## [Task to carry out]
Pick each line that has "amount" out of the records.

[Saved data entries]
━━━━━━━━━━
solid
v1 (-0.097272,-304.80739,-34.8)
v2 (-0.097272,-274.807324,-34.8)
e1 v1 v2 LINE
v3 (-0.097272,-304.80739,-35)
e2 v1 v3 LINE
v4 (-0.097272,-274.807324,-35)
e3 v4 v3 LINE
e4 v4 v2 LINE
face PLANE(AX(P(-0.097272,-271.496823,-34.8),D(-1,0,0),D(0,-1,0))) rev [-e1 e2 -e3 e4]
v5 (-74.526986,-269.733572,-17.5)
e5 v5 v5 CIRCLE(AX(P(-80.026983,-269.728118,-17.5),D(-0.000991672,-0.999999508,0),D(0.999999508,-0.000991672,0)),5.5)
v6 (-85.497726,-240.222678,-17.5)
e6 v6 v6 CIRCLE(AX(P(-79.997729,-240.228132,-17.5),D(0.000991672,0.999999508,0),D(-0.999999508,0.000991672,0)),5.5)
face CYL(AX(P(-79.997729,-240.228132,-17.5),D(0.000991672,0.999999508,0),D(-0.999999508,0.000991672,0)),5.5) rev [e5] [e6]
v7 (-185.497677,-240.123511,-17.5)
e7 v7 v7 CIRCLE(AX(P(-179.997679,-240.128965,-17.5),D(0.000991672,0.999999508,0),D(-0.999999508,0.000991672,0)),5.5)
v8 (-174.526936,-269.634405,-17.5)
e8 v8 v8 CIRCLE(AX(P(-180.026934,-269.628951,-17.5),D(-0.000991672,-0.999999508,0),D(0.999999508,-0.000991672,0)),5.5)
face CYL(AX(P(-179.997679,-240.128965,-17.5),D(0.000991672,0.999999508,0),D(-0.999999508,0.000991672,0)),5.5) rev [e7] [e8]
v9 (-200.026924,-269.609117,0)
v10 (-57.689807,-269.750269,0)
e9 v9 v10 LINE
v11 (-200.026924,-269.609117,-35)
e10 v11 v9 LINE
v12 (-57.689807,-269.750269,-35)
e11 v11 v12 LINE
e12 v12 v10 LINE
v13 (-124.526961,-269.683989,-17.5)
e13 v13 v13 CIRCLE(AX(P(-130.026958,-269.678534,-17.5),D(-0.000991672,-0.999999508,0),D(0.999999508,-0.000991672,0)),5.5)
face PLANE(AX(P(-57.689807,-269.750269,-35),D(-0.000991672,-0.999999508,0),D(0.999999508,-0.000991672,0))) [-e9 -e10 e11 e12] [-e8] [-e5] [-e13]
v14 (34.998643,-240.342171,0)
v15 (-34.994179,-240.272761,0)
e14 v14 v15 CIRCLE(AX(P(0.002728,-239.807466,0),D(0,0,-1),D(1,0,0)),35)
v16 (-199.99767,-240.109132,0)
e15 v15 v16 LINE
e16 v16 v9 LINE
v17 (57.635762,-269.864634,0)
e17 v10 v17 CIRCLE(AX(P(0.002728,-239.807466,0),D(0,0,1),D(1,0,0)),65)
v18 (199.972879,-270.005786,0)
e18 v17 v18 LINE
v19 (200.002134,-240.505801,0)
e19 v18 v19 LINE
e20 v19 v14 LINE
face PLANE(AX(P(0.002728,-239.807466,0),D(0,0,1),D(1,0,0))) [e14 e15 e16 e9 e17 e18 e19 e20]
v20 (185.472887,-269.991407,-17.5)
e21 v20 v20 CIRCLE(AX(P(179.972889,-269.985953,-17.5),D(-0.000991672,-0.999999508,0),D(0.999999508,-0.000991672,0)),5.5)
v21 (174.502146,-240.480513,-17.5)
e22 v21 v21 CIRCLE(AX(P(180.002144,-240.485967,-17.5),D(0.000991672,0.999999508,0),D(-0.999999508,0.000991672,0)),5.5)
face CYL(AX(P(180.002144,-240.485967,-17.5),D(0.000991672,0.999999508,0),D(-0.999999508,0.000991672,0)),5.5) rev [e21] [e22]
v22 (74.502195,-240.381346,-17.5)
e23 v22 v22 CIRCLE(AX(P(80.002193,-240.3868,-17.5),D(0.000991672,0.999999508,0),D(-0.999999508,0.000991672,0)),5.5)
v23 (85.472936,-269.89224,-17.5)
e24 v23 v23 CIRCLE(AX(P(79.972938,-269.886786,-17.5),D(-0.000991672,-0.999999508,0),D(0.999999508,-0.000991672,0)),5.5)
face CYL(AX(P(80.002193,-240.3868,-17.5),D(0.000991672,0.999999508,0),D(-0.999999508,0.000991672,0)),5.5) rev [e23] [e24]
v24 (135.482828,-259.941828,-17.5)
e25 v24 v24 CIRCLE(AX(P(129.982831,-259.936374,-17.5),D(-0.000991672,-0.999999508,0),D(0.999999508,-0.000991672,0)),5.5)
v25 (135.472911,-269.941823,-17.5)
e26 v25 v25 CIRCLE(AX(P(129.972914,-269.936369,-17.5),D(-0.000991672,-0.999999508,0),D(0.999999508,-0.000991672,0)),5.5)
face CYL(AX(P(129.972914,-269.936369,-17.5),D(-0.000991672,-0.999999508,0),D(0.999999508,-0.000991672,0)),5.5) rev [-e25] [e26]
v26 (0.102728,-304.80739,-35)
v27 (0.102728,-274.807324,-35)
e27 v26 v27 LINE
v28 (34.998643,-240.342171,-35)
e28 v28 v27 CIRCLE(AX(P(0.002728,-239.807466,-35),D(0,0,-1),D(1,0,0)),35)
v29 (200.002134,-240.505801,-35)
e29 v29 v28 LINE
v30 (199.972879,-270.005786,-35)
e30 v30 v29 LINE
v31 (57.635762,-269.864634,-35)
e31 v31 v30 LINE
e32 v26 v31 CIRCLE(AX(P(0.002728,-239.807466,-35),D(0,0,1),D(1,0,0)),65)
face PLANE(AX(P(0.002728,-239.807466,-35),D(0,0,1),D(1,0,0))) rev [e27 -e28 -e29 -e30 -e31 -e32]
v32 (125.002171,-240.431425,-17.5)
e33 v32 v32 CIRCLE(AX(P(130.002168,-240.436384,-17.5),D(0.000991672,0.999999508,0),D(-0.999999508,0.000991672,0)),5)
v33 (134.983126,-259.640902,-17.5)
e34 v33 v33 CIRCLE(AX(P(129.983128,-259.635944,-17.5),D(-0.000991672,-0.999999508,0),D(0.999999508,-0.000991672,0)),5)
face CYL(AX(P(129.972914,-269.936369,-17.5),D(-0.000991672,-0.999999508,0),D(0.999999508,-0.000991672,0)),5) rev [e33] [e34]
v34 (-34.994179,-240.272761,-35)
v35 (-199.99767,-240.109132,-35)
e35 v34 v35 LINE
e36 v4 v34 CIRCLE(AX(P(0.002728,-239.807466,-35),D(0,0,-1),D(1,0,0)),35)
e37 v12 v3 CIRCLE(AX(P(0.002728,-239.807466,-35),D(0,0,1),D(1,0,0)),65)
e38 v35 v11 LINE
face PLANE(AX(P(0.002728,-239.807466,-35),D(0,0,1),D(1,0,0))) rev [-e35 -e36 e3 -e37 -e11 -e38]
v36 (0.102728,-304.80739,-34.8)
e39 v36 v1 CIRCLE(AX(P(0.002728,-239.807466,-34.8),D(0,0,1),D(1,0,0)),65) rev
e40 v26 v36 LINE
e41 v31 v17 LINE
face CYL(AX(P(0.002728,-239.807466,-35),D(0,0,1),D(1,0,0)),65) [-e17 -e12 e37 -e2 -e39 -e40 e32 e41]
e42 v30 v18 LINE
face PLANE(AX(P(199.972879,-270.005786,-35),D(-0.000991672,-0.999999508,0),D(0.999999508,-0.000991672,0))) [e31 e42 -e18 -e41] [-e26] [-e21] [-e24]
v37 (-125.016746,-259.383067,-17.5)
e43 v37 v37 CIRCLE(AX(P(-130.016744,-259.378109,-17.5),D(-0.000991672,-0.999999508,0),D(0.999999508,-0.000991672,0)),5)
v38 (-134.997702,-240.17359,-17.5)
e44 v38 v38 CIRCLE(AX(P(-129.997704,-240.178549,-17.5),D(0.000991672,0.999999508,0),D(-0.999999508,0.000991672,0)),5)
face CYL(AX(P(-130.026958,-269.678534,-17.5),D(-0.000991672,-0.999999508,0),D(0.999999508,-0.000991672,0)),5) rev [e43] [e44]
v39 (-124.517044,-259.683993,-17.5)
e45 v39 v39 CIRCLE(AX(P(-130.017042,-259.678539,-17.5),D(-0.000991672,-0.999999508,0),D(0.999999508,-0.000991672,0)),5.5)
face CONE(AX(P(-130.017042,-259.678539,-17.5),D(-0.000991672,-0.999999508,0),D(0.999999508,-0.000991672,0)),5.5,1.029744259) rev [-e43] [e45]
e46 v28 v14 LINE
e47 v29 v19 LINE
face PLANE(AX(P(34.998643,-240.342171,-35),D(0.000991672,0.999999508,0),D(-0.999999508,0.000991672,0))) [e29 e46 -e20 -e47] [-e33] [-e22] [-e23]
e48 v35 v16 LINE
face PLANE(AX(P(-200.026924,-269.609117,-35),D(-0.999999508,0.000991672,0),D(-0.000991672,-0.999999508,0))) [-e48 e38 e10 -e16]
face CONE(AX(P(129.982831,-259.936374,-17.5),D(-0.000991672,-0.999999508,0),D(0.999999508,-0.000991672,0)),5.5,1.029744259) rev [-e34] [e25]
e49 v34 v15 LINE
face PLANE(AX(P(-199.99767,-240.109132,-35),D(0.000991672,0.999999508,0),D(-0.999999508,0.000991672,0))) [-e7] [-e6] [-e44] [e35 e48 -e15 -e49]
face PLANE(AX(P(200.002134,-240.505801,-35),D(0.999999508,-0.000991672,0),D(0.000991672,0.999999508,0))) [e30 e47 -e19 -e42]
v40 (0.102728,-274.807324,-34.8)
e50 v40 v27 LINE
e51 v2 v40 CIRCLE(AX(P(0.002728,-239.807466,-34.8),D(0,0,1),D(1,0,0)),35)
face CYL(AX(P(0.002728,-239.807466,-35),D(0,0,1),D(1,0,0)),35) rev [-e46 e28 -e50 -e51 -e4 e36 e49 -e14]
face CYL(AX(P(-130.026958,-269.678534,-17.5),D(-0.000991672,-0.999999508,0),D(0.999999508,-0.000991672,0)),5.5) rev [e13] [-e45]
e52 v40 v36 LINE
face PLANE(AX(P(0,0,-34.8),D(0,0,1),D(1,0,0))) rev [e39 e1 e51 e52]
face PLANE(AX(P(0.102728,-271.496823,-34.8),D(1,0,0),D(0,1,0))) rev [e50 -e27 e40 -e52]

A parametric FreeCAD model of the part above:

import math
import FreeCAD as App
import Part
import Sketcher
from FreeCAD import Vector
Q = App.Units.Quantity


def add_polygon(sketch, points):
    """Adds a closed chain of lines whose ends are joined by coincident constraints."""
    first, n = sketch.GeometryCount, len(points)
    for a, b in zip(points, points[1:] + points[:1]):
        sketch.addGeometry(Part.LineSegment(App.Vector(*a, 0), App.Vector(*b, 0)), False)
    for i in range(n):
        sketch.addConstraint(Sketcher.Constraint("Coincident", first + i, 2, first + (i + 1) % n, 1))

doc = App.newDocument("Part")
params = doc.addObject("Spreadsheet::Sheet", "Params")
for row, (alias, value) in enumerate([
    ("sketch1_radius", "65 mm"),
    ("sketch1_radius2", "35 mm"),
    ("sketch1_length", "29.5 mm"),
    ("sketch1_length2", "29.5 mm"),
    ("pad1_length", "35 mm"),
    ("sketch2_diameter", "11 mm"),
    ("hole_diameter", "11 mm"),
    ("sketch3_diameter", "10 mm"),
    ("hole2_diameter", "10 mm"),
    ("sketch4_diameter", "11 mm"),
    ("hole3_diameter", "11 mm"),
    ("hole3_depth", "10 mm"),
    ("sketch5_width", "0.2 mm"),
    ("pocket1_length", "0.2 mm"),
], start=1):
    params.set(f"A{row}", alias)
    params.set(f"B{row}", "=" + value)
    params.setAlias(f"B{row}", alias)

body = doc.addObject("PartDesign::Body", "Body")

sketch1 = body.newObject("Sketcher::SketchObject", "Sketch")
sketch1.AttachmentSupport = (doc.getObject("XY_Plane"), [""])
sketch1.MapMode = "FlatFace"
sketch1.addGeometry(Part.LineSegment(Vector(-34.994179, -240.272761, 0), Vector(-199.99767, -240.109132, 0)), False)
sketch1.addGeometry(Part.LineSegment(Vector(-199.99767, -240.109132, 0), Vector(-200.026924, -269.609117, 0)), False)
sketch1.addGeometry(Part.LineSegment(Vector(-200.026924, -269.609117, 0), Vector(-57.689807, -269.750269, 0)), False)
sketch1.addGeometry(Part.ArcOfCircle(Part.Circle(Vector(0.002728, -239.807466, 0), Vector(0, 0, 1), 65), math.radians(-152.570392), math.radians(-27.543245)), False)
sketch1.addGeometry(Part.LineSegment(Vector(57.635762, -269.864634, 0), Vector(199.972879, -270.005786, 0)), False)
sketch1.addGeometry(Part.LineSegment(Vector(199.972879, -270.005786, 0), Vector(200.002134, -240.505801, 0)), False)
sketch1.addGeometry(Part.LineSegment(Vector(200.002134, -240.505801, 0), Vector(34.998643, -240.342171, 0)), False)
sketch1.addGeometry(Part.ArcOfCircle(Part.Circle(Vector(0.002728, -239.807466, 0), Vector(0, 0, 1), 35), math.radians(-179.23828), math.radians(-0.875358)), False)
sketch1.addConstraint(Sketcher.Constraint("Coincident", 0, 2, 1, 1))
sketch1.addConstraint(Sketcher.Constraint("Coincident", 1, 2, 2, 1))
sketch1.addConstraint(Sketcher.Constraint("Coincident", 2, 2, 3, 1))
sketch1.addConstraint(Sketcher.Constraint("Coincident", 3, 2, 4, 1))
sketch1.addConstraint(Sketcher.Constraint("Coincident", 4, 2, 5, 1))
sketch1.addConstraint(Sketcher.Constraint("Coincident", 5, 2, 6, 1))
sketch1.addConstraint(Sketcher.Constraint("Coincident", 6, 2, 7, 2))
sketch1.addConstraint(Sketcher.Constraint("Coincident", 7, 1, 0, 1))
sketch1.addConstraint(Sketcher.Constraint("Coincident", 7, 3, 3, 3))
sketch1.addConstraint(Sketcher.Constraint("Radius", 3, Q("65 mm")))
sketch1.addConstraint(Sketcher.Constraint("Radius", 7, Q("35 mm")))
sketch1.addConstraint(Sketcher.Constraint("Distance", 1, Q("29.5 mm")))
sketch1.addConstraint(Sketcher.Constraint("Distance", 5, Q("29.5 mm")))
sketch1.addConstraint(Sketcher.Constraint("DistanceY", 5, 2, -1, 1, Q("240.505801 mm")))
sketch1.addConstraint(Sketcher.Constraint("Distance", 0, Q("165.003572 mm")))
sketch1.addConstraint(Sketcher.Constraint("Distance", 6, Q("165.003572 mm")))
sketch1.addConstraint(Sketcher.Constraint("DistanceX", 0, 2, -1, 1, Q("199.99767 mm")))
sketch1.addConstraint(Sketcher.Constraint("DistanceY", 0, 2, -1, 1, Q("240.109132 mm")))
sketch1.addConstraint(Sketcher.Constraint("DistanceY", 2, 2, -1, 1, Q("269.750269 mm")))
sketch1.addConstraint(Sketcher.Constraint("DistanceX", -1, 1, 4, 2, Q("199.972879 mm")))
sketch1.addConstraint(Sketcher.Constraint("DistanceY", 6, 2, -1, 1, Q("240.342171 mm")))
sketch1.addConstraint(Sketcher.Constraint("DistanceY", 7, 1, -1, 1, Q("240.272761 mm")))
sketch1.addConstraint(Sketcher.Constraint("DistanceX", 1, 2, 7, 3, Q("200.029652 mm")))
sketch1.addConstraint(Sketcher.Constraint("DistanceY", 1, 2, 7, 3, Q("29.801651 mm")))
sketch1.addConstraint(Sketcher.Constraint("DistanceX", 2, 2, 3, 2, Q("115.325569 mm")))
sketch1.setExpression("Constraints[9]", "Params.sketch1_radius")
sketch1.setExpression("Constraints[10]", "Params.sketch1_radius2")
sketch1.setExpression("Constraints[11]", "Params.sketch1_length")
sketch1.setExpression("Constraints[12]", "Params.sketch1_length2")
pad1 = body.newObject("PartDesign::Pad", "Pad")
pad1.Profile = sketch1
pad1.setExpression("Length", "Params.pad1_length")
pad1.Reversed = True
━━━━━━━━━━
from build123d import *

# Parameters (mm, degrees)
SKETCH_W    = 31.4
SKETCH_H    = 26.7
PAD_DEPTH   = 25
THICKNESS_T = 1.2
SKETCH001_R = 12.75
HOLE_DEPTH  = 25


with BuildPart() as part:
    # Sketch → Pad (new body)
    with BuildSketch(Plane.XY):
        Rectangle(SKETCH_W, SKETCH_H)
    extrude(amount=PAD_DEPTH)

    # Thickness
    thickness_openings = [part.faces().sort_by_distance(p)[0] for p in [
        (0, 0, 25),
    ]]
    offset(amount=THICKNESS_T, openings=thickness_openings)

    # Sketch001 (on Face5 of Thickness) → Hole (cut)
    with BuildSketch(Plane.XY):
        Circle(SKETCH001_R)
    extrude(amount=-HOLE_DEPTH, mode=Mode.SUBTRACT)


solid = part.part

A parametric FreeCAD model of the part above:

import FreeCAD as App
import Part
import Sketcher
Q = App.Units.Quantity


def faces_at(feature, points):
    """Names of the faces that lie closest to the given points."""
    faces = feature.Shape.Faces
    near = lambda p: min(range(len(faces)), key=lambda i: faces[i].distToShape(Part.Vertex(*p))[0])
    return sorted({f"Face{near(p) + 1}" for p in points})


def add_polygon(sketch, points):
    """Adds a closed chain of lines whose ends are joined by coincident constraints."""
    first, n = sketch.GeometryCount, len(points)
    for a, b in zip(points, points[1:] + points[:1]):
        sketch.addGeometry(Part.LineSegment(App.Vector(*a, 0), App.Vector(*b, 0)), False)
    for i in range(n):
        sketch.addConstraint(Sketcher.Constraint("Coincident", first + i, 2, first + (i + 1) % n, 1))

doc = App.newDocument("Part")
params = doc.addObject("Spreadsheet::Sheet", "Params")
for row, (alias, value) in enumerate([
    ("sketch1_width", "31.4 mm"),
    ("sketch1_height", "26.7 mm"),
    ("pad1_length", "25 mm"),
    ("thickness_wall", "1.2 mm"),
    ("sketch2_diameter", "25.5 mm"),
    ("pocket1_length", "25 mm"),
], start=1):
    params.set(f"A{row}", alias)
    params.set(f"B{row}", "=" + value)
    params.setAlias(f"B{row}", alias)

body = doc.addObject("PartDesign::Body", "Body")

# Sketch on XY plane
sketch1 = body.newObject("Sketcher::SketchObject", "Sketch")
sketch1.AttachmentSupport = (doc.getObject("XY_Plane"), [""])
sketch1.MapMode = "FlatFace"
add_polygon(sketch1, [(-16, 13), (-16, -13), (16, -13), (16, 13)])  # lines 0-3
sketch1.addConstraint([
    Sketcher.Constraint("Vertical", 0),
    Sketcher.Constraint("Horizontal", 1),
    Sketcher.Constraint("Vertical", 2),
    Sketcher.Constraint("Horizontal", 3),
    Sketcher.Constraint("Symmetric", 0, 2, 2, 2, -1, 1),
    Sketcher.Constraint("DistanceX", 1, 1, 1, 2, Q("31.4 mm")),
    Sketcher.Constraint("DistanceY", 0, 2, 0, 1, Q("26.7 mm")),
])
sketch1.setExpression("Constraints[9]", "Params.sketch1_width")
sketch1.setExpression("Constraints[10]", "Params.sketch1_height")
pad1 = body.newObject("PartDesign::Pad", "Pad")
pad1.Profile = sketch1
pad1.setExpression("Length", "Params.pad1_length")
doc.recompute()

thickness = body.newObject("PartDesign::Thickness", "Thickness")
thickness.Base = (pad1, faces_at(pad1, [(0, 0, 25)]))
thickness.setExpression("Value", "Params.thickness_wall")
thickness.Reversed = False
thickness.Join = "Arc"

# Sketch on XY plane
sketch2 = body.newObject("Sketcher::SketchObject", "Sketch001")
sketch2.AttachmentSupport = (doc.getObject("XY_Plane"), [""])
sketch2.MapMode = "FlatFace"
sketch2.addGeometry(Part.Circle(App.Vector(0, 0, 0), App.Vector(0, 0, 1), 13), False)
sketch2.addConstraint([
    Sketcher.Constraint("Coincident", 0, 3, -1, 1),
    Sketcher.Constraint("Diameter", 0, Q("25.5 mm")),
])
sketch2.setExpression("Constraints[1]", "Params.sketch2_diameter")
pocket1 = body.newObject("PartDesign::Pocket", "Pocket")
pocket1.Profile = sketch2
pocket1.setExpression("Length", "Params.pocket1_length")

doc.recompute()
━━━━━━━━━━
## [Result]
    extrude(amount=PAD_DEPTH)
    offset(amount=THICKNESS_T, openings=thickness_openings)
    extrude(amount=-HOLE_DEPTH, mode=Mode.SUBTRACT)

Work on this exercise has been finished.